DevOpsDaysNZ 2018 – Day 1 – Session 1

Jeff Smith – Moving from Ops to DevOps: Centro’s Journey to the Promiseland

  • Everyone’s transformation will look a little different
  • Tools are important but not the main problem (dev vs Ops)
  • Hiring a DevOps Manager
    • Just sounds like a normal manager
    • Change it to “Director of Production Operations”
  • A “DevOps Manager” is the 3rd silo on top of Dev and Ops
  • What did peopel say was wrong when he got there?
    • Paternalistic Ops view
      • Devs had no rights on instances
      • Devs no prod access
      • Devs could not create alerts
  • Fix to reduce Ops load
    • Devs get root to instances, but access to easily destroy and recreate if they broke it
    • Devs get access to common safe tasks, required automation and tools (which Ops also adopted)
    • Migrated to datadog – Single tool for all monitoring that anyone could access/update.
    • Shared info about infrastructure. Docs, lunch and learns. Pairing.
  • Expanding the scope of Ops
    • Included in the training and dev environment, CICD. Customers are internal and external
    • Used same code to build every environment
    • Offering Operation expertise
      • Don’t assume the people who write the software know the best way to run it
  • Behaviour can impact performance
    • See book “Turn the Ship around”
    • Participate in Developer rituals – Standups, Retros
    • Start with “Yes.. But” instead of “No” for requests. Assume you can but make it safe
    • Can you give me some context. Do just do the request, get the full picture.
  • Metrics to Track
    • Planned vs unplanned work
    • What are you doing lots of times.
  • What we talk about?
    • Don’t allow your ops dept to be a nanny
    • Remove nanny state but maintain operation safety
    • Monitor how your language impacts behavour
    • Monitor and track the type of work you are doing

François Conil – Monitoring that cares (the end of user based monitoring)

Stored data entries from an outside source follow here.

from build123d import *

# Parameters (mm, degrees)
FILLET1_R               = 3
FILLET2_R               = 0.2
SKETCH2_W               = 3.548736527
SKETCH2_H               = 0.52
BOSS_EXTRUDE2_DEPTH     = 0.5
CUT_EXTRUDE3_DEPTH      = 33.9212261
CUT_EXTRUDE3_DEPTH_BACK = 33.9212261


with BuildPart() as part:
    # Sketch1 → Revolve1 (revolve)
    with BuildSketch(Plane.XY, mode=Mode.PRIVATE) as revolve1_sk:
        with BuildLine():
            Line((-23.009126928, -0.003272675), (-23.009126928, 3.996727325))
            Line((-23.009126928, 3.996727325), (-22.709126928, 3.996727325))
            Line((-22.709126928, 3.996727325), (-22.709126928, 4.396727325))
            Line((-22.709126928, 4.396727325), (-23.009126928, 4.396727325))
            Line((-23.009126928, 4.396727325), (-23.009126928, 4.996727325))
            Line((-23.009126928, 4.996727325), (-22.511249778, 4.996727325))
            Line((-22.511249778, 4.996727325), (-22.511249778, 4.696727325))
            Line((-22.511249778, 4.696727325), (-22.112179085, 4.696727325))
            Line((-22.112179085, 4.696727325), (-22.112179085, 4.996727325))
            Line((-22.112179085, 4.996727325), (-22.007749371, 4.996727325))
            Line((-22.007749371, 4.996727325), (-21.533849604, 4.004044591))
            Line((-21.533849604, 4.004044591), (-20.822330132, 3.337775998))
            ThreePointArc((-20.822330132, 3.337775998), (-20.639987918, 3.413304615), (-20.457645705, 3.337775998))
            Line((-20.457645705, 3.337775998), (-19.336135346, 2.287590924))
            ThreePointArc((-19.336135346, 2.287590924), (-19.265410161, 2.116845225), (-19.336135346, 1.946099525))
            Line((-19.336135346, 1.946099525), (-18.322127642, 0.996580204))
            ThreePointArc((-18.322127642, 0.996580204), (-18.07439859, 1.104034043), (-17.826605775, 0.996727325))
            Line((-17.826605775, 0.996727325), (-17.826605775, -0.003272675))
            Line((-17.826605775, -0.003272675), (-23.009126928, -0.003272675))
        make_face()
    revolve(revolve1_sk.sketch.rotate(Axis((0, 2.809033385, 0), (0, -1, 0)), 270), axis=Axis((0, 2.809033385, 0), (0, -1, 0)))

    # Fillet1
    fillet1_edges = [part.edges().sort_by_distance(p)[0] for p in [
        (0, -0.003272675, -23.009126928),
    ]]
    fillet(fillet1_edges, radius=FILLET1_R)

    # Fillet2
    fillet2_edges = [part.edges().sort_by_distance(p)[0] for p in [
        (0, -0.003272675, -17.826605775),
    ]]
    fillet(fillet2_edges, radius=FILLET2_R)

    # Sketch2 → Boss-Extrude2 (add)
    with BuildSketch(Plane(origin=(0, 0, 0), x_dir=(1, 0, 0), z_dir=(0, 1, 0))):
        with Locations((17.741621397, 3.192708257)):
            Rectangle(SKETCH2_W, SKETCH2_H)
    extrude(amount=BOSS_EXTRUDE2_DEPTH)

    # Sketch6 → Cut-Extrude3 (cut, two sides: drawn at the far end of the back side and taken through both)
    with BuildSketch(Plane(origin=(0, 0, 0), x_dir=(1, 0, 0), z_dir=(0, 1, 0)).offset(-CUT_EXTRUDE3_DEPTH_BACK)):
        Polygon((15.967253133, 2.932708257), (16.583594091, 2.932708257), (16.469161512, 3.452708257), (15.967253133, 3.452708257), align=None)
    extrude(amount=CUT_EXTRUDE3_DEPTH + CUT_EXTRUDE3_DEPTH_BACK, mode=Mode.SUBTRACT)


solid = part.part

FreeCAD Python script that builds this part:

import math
import FreeCAD as App
import Part
import Sketcher


def edges_at(feature, points):
    """Names of the edges that pass closest to the given points."""
    edges = feature.Shape.Edges
    near = lambda p: min(range(len(edges)), key=lambda i: edges[i].distToShape(Part.Vertex(*p))[0])
    return sorted({f"Edge{near(p) + 1}" for p in points})


def add_polygon(sketch, points):
    """Adds a closed chain of lines whose ends are joined by coincident constraints."""
    first, n = sketch.GeometryCount, len(points)
    for a, b in zip(points, points[1:] + points[:1]):
        sketch.addGeometry(Part.LineSegment(App.Vector(*a, 0), App.Vector(*b, 0)), False)
    for i in range(n):
        sketch.addConstraint(Sketcher.Constraint("Coincident", first + i, 2, first + (i + 1) % n, 1))

doc = App.newDocument("Part")
body = doc.addObject("PartDesign::Body", "Body")

sketch1 = body.newObject("Sketcher::SketchObject", "Sketch")
sketch1.AttachmentSupport = (doc.getObject("XY_Plane"), [""])
sketch1.MapMode = "FlatFace"
sketch1.addGeometry([
    Part.LineSegment(App.Vector(-23.009127, 3.996727, 0), App.Vector(-23.009127, -0.003273, 0)),
    Part.LineSegment(App.Vector(-23.009127, -0.003273, 0), App.Vector(-17.826606, -0.003273, 0)),
    Part.LineSegment(App.Vector(-17.826606, -0.003273, 0), App.Vector(-17.826606, 0.996727, 0)),
    Part.ArcOfCircle(Part.Circle(App.Vector(-18.074298, 0.764512, 0), App.Vector(0, 0, 1), 0.339522), math.radians(43.152925), math.radians(136.881097)),
    Part.LineSegment(App.Vector(-18.322128, 0.99658, 0), App.Vector(-19.336135, 1.9461, 0)),
    Part.ArcOfCircle(Part.Circle(App.Vector(-19.506881, 2.116845, 0), App.Vector(0, 0, 1), 0.241471), math.radians(-45), math.radians(45)),
    Part.LineSegment(App.Vector(-19.336135, 2.287591, 0), App.Vector(-20.457646, 3.337776, 0)),
    Part.ArcOfCircle(Part.Circle(App.Vector(-20.639988, 3.155434, 0), App.Vector(0, 0, 1), 0.257871), math.radians(45), math.radians(135)),
    Part.LineSegment(App.Vector(-20.82233, 3.337776, 0), App.Vector(-21.53385, 4.004045, 0)),
    Part.LineSegment(App.Vector(-21.53385, 4.004045, 0), App.Vector(-22.007749, 4.996727, 0)),
    Part.LineSegment(App.Vector(-22.007749, 4.996727, 0), App.Vector(-22.112179, 4.996727, 0)),
    Part.LineSegment(App.Vector(-22.112179, 4.996727, 0), App.Vector(-22.112179, 4.696727, 0)),
    Part.LineSegment(App.Vector(-22.112179, 4.696727, 0), App.Vector(-22.51125, 4.696727, 0)),
    Part.LineSegment(App.Vector(-22.51125, 4.696727, 0), App.Vector(-22.51125, 4.996727, 0)),
    Part.LineSegment(App.Vector(-22.51125, 4.996727, 0), App.Vector(-23.009127, 4.996727, 0)),
    Part.LineSegment(App.Vector(-23.009127, 4.996727, 0), App.Vector(-23.009127, 4.396727, 0)),
    Part.LineSegment(App.Vector(-23.009127, 4.396727, 0), App.Vector(-22.709127, 4.396727, 0)),
    Part.LineSegment(App.Vector(-22.709127, 4.396727, 0), App.Vector(-22.709127, 3.996727, 0)),
    Part.LineSegment(App.Vector(-22.709127, 3.996727, 0), App.Vector(-23.009127, 3.996727, 0)),
], False)
sketch1.addConstraint([
    Sketcher.Constraint("Coincident", 0, 2, 1, 1),
    Sketcher.Constraint("Coincident", 1, 2, 2, 1),
    Sketcher.Constraint("Coincident", 2, 2, 3, 1),
    Sketcher.Constraint("Coincident", 3, 2, 4, 1),
    Sketcher.Constraint("Coincident", 4, 2, 5, 1),
    Sketcher.Constraint("Coincident", 5, 2, 6, 1),
    Sketcher.Constraint("Coincident", 6, 2, 7, 1),
    Sketcher.Constraint("Coincident", 7, 2, 8, 1),
    Sketcher.Constraint("Coincident", 8, 2, 9, 1),
    Sketcher.Constraint("Coincident", 9, 2, 10, 1),
    Sketcher.Constraint("Coincident", 10, 2, 11, 1),
    Sketcher.Constraint("Coincident", 11, 2, 12, 1),
    Sketcher.Constraint("Coincident", 12, 2, 13, 1),
    Sketcher.Constraint("Coincident", 13, 2, 14, 1),
    Sketcher.Constraint("Coincident", 14, 2, 15, 1),
    Sketcher.Constraint("Coincident", 15, 2, 16, 1),
    Sketcher.Constraint("Coincident", 16, 2, 17, 1),
    Sketcher.Constraint("Coincident", 17, 2, 18, 1),
    Sketcher.Constraint("Coincident", 18, 2, 0, 1),
    Sketcher.Constraint("Vertical", 0),
    Sketcher.Constraint("Horizontal", 1),
    Sketcher.Constraint("Vertical", 2),
    Sketcher.Constraint("Horizontal", 10),
    Sketcher.Constraint("Vertical", 11),
    Sketcher.Constraint("Horizontal", 12),
    Sketcher.Constraint("Vertical", 13),
    Sketcher.Constraint("Horizontal", 14),
    Sketcher.Constraint("Vertical", 15),
    Sketcher.Constraint("Horizontal", 16),
    Sketcher.Constraint("Vertical", 17),
    Sketcher.Constraint("Horizontal", 18),
    Sketcher.Constraint("Parallel", 4, 6),
    Sketcher.Constraint("Parallel", 6, 8),
    Sketcher.Constraint("Horizontal", 6, 2, 7, 2),
    Sketcher.Constraint("Horizontal", 10, 2, 13, 2),
    Sketcher.Constraint("Vertical", 4, 2, 5, 2),
    Sketcher.Constraint("Vertical", 0, 2, 14, 2),
    Sketcher.Constraint("Equal", 18, 11),
    Sketcher.Constraint("DistanceY", 0, 2, 0, 1, 4.0),
    Sketcher.Constraint("DistanceY", 2, 1, 2, 2, 1.0),
    Sketcher.Constraint("DistanceX", 16, 1, 16, 2, 0.3),
    Sketcher.Constraint("DistanceY", 15, 2, 15, 1, 0.6),
    Sketcher.Constraint("DistanceY", 17, 2, 17, 1, 0.4),
    Sketcher.Constraint("Distance", 9, 1.1),
    Sketcher.Constraint("Radius", 5, 0.241471),
    Sketcher.Constraint("Radius", 7, 0.257871),
    Sketcher.Constraint("Radius", 3, 0.339522),
    Sketcher.Constraint("DistanceX", 1, 1, 1, 2, 5.182521),
    Sketcher.Constraint("DistanceX", 10, 2, 10, 1, 0.10443),
    Sketcher.Constraint("DistanceX", 12, 2, 12, 1, 0.399071),
    Sketcher.Constraint("DistanceY", -1, 1, 4, 2, 1.9461),
    Sketcher.Constraint("DistanceY", 5, 3, 8, 2, 1.887199),
    Sketcher.Constraint("DistanceX", 9, 2, 8, 2, 0.4739),
    Sketcher.Constraint("Distance", 4, 1.389172),
    Sketcher.Constraint("Distance", 6, 1.536449),
    Sketcher.Constraint("Distance", 8, 0.974769),
    Sketcher.Constraint("DistanceX", 14, 2, 14, 1, 0.497877),
    Sketcher.Constraint("DistanceY", -1, 1, 3, 3, 0.764512),
    Sketcher.Constraint("DistanceX", 5, 3, -1, 1, 19.506881),
    Sketcher.Constraint("DistanceY", -1, 1, 3, 2, 0.99658),
])
revolution = body.newObject("PartDesign::Revolution", "Revolution")
revolution.Profile = sketch1
revolution.ReferenceAxis = (sketch1, ["V_Axis"])
revolution.Angle = 360
doc.recompute()

fillet = body.newObject("PartDesign::Fillet", "Fillet")
fillet.Base = (revolution, edges_at(revolution, [(0, -0.003, -23.009)]))
fillet.Radius = 3
doc.recompute()

fillet2 = body.newObject("PartDesign::Fillet", "Fillet001")
fillet2.Base = (fillet, edges_at(fillet, [(0, -0.003, -17.827)]))
fillet2.Radius = 0.2

sketch2 = body.newObject("Sketcher::SketchObject", "Sketch001")
sketch2.AttachmentSupport = (doc.getObject("XZ_Plane"), [""])
sketch2.MapMode = "FlatFace"
add_polygon(sketch2, [(15.967253, -3.452708), (15.967253, -2.932708), (19.51599, -2.932708), (19.51599, -3.452708)])
sketch2.addConstraint([
    Sketcher.Constraint("Vertical", 0),
    Sketcher.Constraint("Horizontal", 1),
    Sketcher.Constraint("Vertical", 2),
    Sketcher.Constraint("Horizontal", 3),
    Sketcher.Constraint("DistanceY", 0, 1, 0, 2, 0.52),
    Sketcher.Constraint("DistanceX", 1, 1, 1, 2, 3.548737),
    Sketcher.Constraint("DistanceY", 0, 2, -1, 1, 2.932708),
    Sketcher.Constraint("DistanceX", -1, 1, 1, 2, 19.51599),
])
pad1 = body.newObject("PartDesign::Pad", "Pad")
pad1.Profile = sketch2
pad1.Length = 0.5
pad1.Reversed = True

sketch3 = body.newObject("Sketcher::SketchObject", "Sketch002")
sketch3.AttachmentSupport = (doc.getObject("XZ_Plane"), [""])
sketch3.MapMode = "FlatFace"
add_polygon(sketch3, [(15.967253, -2.932708), (16.583594, -2.932708), (16.469162, -3.452708), (15.967253, -3.452708)])
sketch3.addConstraint([
    Sketcher.Constraint("Horizontal", 0),
    Sketcher.Constraint("Horizontal", 2),
    Sketcher.Constraint("Vertical", 3),
    Sketcher.Constraint("DistanceY", 3, 1, 3, 2, 0.52),
    Sketcher.Constraint("DistanceX", 0, 1, 0, 2, 0.616341),
    Sketcher.Constraint("DistanceX", 2, 2, 2, 1, 0.501908),
    Sketcher.Constraint("DistanceY", 0, 2, -1, 1, 2.932708),
    Sketcher.Constraint("DistanceX", -1, 1, 1, 2, 16.469162),
])
pocket1 = body.newObject("PartDesign::Pocket", "Pocket")
pocket1.Profile = sketch3
pocket1.Type = "ThroughAll"
pocket1.Midplane = True

doc.recompute()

  • User Based monitoring (when people who are affected let you know it is down)
  • Why are we not getting alerts?
    • We are are not measuring the right thing
    • Just ignore the dashboard (always orange or red)
    • Just don’t understand the system
  • First Steps
    • Accept that things are not fine
    • Decide what you need to be measuring, who needs to know, etc. First principals
    • A little help goes a long way ( need a team with complementary strengths)
  • Actionable Alerts
    • Something Broken, User affected, I am the best person to fix, I need to fix immediately
    • Unless all 4 apply then nobody should be woken up.
      • Measured: Take to QA or performance engineers to find out the baseline
      • User affected: If nobody is affected do we care? Do people even work nights? How do you gather feedback?
      • Best person to fix: Should ops guys who doesn’t understand it be the first person to page?
      • Do it need to be fixed? – Backup environment, Too much detail in the alerts, Don’t alert on everything that is broken, just the one causing the problem
  • Fix the cause of the alerts that are happening the most often
  • You need time to get things done
    • Talk to people
    • Find time for fixes
  • You need money to get things done
    • How much is the current situation costing the company?